The spatial arrangement and magnitude of model disagreement is proposed here as a measure of landscape complexity. Areas where environmental heterogeneity is not explained by stable physical landscape properties are, instead, driven by unknown complex dynamic processes. The challenge for park managers is to identify these dynamic drivers with often limited resources. Over time, maps of landscape complexity can highlight areas where physical landscape properties remain stable drivers of environmental heterogeneity or where drivers are dynamic and signify a change in the system regime. In his review, Parrott (2010) proposes landscape complexity as a key indicator of ecosystem state.
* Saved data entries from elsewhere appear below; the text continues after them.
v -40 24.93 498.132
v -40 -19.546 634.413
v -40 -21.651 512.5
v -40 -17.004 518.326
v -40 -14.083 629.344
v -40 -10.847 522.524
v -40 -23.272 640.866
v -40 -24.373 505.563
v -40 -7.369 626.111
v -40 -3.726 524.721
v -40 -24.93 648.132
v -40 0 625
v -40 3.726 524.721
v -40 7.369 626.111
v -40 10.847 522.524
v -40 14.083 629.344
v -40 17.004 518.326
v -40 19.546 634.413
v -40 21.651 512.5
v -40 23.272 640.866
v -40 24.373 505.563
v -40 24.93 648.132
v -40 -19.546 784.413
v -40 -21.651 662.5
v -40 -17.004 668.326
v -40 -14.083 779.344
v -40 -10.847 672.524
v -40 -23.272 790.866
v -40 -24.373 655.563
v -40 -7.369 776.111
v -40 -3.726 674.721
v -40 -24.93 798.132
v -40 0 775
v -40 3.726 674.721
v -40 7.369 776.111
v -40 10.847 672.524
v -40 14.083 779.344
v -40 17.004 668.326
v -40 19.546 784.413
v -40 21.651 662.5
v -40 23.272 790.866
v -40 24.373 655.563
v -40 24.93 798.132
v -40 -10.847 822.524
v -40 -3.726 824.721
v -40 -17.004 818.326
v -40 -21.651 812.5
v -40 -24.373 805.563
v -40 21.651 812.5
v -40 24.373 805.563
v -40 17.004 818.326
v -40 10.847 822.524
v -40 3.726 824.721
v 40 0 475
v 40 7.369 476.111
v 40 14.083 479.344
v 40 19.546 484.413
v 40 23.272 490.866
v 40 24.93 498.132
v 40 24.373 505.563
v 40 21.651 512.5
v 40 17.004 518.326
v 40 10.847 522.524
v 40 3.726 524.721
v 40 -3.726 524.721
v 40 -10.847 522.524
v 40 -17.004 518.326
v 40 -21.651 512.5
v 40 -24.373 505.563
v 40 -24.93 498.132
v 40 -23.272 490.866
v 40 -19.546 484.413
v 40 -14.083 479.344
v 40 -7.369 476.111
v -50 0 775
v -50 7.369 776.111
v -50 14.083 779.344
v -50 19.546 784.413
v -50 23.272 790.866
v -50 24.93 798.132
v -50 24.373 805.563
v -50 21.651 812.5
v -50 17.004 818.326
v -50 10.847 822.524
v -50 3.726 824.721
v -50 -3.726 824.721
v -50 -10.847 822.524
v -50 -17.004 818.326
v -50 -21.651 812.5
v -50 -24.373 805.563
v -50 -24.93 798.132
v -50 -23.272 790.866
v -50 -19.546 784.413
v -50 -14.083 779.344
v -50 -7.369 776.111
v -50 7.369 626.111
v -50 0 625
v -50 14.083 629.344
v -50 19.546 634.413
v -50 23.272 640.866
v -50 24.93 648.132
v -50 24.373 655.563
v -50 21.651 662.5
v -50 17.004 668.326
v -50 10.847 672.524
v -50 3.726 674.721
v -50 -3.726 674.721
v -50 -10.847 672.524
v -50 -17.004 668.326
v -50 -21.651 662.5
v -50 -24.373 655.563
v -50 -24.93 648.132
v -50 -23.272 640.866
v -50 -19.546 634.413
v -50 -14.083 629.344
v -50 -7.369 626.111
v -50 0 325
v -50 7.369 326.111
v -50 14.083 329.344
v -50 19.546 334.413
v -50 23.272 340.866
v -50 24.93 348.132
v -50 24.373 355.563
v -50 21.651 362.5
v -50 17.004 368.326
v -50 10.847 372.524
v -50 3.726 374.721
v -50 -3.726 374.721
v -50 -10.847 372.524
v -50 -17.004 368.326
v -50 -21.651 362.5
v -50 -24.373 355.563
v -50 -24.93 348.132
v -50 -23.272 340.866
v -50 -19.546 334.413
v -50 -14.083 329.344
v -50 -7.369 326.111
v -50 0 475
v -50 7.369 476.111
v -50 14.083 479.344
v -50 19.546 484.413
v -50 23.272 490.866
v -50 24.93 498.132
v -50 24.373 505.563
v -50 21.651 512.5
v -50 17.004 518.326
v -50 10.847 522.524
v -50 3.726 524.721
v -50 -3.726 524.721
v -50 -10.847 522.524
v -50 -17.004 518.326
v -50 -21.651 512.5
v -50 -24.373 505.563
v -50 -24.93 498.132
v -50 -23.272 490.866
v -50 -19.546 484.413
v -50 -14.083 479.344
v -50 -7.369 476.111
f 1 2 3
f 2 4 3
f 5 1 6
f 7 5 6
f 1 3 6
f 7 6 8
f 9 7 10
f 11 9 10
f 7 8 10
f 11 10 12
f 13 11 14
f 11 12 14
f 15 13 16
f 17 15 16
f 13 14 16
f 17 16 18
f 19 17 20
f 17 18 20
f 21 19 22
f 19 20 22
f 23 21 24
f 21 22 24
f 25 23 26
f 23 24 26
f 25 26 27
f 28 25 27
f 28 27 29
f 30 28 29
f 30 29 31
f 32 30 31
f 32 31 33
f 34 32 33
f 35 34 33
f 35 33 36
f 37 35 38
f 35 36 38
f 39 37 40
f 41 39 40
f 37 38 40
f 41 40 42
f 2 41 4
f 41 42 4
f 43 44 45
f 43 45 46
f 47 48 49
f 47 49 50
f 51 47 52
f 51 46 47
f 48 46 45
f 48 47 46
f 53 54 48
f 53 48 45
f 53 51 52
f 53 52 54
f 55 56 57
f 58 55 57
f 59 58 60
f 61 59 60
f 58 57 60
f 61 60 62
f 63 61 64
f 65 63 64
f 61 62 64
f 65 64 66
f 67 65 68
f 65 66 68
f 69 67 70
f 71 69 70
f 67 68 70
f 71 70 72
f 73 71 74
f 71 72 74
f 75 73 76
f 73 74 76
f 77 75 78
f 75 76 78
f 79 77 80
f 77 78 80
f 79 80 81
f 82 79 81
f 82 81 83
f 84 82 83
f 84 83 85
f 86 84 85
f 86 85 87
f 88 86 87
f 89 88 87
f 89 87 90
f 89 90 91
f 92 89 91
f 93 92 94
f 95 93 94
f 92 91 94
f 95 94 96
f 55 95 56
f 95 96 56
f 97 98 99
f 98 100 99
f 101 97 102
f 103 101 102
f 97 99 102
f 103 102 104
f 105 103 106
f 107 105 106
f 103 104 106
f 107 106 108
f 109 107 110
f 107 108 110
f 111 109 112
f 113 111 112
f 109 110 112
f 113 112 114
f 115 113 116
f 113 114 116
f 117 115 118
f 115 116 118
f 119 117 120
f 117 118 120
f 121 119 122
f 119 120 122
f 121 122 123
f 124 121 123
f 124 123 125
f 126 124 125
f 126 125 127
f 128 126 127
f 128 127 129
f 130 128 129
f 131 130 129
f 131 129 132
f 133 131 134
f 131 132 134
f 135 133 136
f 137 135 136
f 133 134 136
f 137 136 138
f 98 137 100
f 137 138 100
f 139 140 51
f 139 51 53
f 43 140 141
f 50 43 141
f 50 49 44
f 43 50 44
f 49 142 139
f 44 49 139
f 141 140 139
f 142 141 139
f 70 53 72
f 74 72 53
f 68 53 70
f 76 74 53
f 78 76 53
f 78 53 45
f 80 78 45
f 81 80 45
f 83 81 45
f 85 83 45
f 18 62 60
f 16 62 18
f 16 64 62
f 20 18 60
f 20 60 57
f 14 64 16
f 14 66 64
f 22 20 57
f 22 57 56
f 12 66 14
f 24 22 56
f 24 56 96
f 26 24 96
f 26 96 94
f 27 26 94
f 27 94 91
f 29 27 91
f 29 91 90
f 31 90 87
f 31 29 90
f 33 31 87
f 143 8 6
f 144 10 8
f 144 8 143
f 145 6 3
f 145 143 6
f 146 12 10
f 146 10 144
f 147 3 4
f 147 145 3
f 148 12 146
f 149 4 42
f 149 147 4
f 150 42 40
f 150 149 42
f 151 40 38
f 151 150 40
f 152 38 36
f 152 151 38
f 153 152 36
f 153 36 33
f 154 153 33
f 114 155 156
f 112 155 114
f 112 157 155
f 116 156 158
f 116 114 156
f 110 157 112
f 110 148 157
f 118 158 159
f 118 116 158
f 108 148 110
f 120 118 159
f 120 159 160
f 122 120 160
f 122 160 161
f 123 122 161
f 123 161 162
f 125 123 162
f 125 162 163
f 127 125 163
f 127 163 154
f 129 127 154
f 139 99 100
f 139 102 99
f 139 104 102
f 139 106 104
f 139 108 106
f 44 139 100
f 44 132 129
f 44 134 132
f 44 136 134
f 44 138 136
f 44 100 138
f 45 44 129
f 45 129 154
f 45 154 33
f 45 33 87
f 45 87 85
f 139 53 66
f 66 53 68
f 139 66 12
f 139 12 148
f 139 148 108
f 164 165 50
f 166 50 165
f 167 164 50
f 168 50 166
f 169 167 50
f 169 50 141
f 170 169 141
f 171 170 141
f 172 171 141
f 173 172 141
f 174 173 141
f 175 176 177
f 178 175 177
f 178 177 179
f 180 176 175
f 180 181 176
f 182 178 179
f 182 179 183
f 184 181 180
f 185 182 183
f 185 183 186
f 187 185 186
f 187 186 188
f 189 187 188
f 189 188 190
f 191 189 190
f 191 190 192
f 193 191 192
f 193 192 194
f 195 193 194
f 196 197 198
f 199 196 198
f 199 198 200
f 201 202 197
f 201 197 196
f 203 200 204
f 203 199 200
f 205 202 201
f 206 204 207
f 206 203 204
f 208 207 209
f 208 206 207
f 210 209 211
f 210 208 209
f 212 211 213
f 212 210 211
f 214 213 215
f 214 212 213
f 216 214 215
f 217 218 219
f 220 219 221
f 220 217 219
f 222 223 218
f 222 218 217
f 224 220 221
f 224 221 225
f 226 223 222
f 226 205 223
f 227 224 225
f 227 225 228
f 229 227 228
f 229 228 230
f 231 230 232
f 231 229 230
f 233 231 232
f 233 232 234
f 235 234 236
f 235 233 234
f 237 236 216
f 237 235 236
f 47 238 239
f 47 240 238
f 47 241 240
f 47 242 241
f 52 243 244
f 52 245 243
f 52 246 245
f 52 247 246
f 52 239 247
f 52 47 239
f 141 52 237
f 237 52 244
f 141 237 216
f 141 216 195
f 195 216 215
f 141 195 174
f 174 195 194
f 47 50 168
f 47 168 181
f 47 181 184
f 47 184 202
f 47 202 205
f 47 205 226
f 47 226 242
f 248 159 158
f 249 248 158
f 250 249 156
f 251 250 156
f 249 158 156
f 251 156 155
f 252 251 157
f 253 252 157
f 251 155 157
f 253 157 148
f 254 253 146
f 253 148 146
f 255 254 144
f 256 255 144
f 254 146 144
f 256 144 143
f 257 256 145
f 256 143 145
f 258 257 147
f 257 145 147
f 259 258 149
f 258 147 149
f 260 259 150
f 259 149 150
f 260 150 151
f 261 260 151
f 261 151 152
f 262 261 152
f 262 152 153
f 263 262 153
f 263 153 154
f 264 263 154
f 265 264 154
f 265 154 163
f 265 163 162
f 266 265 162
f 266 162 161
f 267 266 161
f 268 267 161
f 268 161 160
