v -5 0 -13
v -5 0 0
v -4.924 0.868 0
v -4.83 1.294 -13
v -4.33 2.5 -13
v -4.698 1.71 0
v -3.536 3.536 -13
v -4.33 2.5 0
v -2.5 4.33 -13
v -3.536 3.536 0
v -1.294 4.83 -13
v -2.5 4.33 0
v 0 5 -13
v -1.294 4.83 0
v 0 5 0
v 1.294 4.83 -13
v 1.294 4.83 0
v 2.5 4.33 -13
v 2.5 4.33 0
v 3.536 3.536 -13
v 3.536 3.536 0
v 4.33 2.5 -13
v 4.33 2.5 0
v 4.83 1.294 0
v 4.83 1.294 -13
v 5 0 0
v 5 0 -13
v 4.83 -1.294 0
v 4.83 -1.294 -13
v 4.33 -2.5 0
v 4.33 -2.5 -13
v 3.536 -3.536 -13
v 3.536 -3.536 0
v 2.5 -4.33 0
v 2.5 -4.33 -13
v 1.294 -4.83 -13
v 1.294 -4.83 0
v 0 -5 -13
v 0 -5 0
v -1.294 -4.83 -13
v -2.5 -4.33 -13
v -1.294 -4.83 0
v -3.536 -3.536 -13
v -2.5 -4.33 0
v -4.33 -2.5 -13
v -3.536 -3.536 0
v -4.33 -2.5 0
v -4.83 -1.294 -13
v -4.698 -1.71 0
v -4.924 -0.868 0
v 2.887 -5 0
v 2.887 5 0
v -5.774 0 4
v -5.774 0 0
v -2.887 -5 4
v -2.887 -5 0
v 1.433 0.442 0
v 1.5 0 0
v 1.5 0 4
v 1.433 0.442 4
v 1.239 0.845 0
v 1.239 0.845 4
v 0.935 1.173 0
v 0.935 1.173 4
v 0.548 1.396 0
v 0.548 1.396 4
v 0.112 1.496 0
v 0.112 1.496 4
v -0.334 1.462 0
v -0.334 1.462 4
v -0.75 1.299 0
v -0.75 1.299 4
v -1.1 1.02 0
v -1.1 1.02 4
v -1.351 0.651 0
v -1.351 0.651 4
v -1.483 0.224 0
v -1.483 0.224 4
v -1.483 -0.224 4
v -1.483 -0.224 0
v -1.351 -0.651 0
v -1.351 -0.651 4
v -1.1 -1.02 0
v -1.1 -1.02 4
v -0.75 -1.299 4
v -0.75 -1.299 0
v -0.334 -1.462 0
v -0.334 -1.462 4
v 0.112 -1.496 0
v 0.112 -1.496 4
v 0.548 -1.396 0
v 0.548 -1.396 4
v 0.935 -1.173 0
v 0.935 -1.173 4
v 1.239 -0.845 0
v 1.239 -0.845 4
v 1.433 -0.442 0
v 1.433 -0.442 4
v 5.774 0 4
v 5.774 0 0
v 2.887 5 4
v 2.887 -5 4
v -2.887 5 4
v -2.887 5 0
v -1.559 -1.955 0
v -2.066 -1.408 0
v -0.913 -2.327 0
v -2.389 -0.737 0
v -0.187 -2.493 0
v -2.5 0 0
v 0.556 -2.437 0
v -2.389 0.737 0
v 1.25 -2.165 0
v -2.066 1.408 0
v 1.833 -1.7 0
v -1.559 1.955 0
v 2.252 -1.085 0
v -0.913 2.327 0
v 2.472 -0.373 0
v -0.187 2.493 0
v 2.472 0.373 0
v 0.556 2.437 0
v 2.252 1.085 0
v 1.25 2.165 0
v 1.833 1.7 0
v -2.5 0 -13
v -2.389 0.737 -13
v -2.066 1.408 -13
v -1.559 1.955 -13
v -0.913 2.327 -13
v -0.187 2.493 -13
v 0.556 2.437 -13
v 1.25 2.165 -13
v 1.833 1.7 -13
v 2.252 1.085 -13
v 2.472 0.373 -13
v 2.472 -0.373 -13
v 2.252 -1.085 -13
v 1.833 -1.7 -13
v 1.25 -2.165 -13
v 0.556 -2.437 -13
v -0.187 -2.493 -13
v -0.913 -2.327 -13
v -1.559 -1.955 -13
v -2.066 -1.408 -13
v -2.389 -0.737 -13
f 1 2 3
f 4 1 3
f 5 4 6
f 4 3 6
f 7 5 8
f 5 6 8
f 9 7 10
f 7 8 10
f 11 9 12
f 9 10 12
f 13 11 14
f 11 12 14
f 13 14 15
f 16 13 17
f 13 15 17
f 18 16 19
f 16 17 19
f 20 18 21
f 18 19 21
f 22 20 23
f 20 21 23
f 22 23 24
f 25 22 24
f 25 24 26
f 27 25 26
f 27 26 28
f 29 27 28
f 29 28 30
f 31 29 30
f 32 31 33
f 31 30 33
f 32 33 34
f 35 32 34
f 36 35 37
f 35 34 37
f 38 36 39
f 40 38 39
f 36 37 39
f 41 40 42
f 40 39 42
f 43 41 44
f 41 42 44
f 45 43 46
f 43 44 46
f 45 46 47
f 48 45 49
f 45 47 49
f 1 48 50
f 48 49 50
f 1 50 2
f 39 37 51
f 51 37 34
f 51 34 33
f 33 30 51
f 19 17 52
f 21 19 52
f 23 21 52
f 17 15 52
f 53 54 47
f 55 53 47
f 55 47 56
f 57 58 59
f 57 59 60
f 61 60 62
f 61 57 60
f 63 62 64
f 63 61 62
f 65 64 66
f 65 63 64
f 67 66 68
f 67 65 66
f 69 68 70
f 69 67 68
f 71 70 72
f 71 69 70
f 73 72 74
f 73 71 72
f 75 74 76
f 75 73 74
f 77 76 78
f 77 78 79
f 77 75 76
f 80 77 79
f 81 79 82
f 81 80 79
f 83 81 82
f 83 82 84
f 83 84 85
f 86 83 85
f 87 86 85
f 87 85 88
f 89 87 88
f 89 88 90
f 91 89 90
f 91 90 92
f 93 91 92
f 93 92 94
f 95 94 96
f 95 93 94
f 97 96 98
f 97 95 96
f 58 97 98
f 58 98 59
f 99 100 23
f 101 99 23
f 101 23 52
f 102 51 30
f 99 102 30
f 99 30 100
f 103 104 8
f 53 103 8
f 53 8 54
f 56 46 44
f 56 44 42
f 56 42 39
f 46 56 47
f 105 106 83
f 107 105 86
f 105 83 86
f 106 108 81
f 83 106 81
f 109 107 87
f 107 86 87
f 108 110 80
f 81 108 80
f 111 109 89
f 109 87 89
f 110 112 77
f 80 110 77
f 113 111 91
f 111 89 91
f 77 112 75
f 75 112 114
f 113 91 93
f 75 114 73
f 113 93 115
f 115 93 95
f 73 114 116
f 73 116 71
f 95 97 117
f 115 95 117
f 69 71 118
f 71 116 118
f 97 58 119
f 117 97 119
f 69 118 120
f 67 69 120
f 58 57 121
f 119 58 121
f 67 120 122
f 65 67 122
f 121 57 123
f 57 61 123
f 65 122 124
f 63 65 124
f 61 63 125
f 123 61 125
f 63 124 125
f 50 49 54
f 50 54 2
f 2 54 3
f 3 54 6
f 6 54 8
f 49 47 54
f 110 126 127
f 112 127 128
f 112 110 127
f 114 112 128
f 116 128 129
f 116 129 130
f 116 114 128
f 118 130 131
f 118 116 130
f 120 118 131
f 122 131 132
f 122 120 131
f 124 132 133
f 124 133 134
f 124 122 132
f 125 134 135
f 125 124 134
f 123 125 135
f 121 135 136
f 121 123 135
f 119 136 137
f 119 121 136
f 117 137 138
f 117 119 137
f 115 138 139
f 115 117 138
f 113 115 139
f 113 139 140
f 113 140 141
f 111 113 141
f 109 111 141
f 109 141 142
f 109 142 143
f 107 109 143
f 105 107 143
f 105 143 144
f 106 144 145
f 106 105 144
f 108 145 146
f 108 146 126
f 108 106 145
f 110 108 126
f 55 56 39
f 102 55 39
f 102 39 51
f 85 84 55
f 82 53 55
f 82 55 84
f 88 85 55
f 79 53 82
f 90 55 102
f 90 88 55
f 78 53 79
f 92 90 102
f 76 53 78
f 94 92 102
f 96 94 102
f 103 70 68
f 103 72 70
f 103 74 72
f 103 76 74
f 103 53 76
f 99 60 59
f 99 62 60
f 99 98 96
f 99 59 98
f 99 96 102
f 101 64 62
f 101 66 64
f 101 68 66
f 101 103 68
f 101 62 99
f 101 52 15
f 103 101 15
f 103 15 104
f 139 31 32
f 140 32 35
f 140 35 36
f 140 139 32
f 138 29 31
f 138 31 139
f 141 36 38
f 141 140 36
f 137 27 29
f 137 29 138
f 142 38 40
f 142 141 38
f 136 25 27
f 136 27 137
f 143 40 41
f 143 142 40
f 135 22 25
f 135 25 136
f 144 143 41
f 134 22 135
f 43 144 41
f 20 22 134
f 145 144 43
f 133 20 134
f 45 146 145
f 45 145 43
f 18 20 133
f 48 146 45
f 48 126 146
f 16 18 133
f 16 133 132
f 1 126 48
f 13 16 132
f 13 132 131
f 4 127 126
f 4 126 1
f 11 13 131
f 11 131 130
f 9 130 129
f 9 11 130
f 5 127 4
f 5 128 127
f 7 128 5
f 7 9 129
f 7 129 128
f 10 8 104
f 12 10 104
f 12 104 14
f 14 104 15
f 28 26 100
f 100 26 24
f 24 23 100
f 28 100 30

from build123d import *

# Parameters (mm, degrees)
CROQUIS2_R              = 1.5
SALIENTE_EXTRUIR1_DEPTH = 4
CROQUIS3_R              = 5
CROQUIS3_R_2            = 2.5
SALIENTE_EXTRUIR2_DEPTH = 13


with BuildPart() as part:
    # Croquis2 → Saliente-Extruir1 (new body)
    with BuildSketch(Plane.XY):
        Polygon((2.886751346, 5), (-2.886751346, 5), (-5.773502692, 0), (-2.886751346, -5), (2.886751346, -5), (5.773502692, 0), align=None)
        Circle(CROQUIS2_R, mode=Mode.SUBTRACT)
    extrude(amount=SALIENTE_EXTRUIR1_DEPTH)

    # Croquis3 → Saliente-Extruir2 (add)
    with BuildSketch(Plane(origin=(0, 0, 0), x_dir=(-1, 0, 0), z_dir=(0, 0, -1))):
        Circle(CROQUIS3_R)
        Circle(CROQUIS3_R_2, mode=Mode.SUBTRACT)
    extrude(amount=SALIENTE_EXTRUIR2_DEPTH)


solid = part.part
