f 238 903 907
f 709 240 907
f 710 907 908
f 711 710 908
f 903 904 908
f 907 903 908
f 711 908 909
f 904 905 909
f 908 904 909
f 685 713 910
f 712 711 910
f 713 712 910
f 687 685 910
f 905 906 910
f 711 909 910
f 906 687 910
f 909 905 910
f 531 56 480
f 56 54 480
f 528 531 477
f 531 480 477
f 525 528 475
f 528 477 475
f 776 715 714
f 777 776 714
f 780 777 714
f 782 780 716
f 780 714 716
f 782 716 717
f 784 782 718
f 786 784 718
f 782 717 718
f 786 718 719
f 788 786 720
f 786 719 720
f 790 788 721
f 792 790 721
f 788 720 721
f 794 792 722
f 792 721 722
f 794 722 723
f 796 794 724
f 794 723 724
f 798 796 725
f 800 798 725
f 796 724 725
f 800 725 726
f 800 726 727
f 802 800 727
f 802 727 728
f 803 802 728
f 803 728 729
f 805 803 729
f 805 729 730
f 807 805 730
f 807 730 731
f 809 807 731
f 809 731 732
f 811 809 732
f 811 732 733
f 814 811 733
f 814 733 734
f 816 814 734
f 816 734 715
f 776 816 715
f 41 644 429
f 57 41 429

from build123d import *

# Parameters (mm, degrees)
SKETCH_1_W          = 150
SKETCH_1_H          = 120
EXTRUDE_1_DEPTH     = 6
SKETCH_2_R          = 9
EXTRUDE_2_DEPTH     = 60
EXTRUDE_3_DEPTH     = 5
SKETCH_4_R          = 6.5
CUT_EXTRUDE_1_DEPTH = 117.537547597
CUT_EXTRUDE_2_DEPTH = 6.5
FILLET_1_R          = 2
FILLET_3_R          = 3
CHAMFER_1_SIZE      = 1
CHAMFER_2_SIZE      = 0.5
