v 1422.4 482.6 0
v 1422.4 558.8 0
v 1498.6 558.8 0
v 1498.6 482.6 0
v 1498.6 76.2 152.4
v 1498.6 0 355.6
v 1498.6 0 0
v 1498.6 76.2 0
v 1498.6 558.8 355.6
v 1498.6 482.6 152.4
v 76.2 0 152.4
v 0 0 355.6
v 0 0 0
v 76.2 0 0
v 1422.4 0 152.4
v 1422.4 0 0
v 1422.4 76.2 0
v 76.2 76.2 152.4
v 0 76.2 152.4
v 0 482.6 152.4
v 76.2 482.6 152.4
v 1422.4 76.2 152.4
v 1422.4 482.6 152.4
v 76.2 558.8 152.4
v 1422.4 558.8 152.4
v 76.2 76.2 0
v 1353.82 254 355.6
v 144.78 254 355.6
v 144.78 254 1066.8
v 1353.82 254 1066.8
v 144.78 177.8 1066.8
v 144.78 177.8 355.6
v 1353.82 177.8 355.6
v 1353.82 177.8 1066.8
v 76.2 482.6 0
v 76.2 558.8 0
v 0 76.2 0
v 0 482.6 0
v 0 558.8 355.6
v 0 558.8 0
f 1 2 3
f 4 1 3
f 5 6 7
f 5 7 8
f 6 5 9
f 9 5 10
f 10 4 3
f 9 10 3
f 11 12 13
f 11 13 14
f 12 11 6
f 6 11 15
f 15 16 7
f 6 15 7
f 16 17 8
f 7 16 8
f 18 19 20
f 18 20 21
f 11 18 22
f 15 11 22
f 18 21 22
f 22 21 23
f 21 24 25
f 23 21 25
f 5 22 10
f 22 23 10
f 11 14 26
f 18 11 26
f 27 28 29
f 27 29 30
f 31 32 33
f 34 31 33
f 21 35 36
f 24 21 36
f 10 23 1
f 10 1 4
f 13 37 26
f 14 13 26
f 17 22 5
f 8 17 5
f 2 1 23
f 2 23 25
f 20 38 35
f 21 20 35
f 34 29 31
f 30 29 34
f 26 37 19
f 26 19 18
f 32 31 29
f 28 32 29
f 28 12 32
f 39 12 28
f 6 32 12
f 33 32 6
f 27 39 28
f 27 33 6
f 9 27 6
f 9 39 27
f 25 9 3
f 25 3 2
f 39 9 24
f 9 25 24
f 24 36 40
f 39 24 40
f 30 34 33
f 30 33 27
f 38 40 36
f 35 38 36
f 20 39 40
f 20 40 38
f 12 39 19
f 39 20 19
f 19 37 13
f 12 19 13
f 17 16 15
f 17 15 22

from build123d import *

# Parameters (mm, degrees)
F0_W     = 76.2
F0_H     = 76.2
F1_DEPTH = 152.4
F2_DEPTH = 152.4
F3_W     = 76.2
F3_H     = 76.2
F4_DEPTH = 203.2
F5_W     = 1209.04
F5_H     = 76.2
F6_DEPTH = 711.2


with BuildPart() as f1:
    # F0 (on Top) → F1 (new body)
    with BuildSketch(Plane.XY):
        with Locations((38.1, 38.1)):
            Rectangle(F0_W, F0_H)
    extrude(amount=F1_DEPTH)



with BuildPart() as f2:
    # F0 (on Top) → F2 (new body)
    with BuildSketch(Plane.XY):
        with Locations((38.1, 520.7)):
            Rectangle(F0_W, F0_H)
    extrude(amount=F2_DEPTH)


with BuildPart() as f2b:
    # F0 (on Top) → F2, piece 2 (new body)
    with BuildSketch(Plane.XY):
        with Locations((1460.5, 520.7)):
            Rectangle(F0_W, F0_H)
    extrude(amount=F2_DEPTH)


with BuildPart() as f2c:
    # F0 (on Top) → F2, piece 3 (new body)
    with BuildSketch(Plane.XY):
        with Locations((1460.5, 38.1)):
            Rectangle(F0_W, F0_H)
    extrude(amount=F2_DEPTH)


with BuildPart() as f1_1:
    add(f1.part)

    add(f2.part)  # F4 merges F2

    add(f2b.part)  # F4 merges F2b

    add(f2c.part)  # F4 merges F2c
    # F3 (on face) → F4 (join)
    with BuildSketch(Plane.XY.offset(152.4)):
        Polygon((76.2, 76.2), (76.2, 0), (1498.6, 0), (1498.6, 558.8), (0, 558.8), (0, 76.2), align=None)
        with Locations((38.1, 38.1)):
            Rectangle(F3_W, F3_H)
    extrude(amount=F4_DEPTH)

    # F5 (on face) → F6 (join)
    with BuildSketch(Plane.XY.offset(355.6)):
        with Locations((749.3, 215.9)):
            Rectangle(F5_W, F5_H)
    extrude(amount=F6_DEPTH)


solid = f1_1.part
Although, further research is needed on this in the context of complexity theories, our maps of landscape complexity and its trend surface may provide insight into system regime changes. Linking dynamic processes, like herbivory, fire and climate, would therefore be a logical next step to further elucidate system functioning. Until then, maps of landscape complexity can be an effective tool for targeting monitoring and research priorities to further our understanding of the drivers of environmental heterogeneity and biodiversity.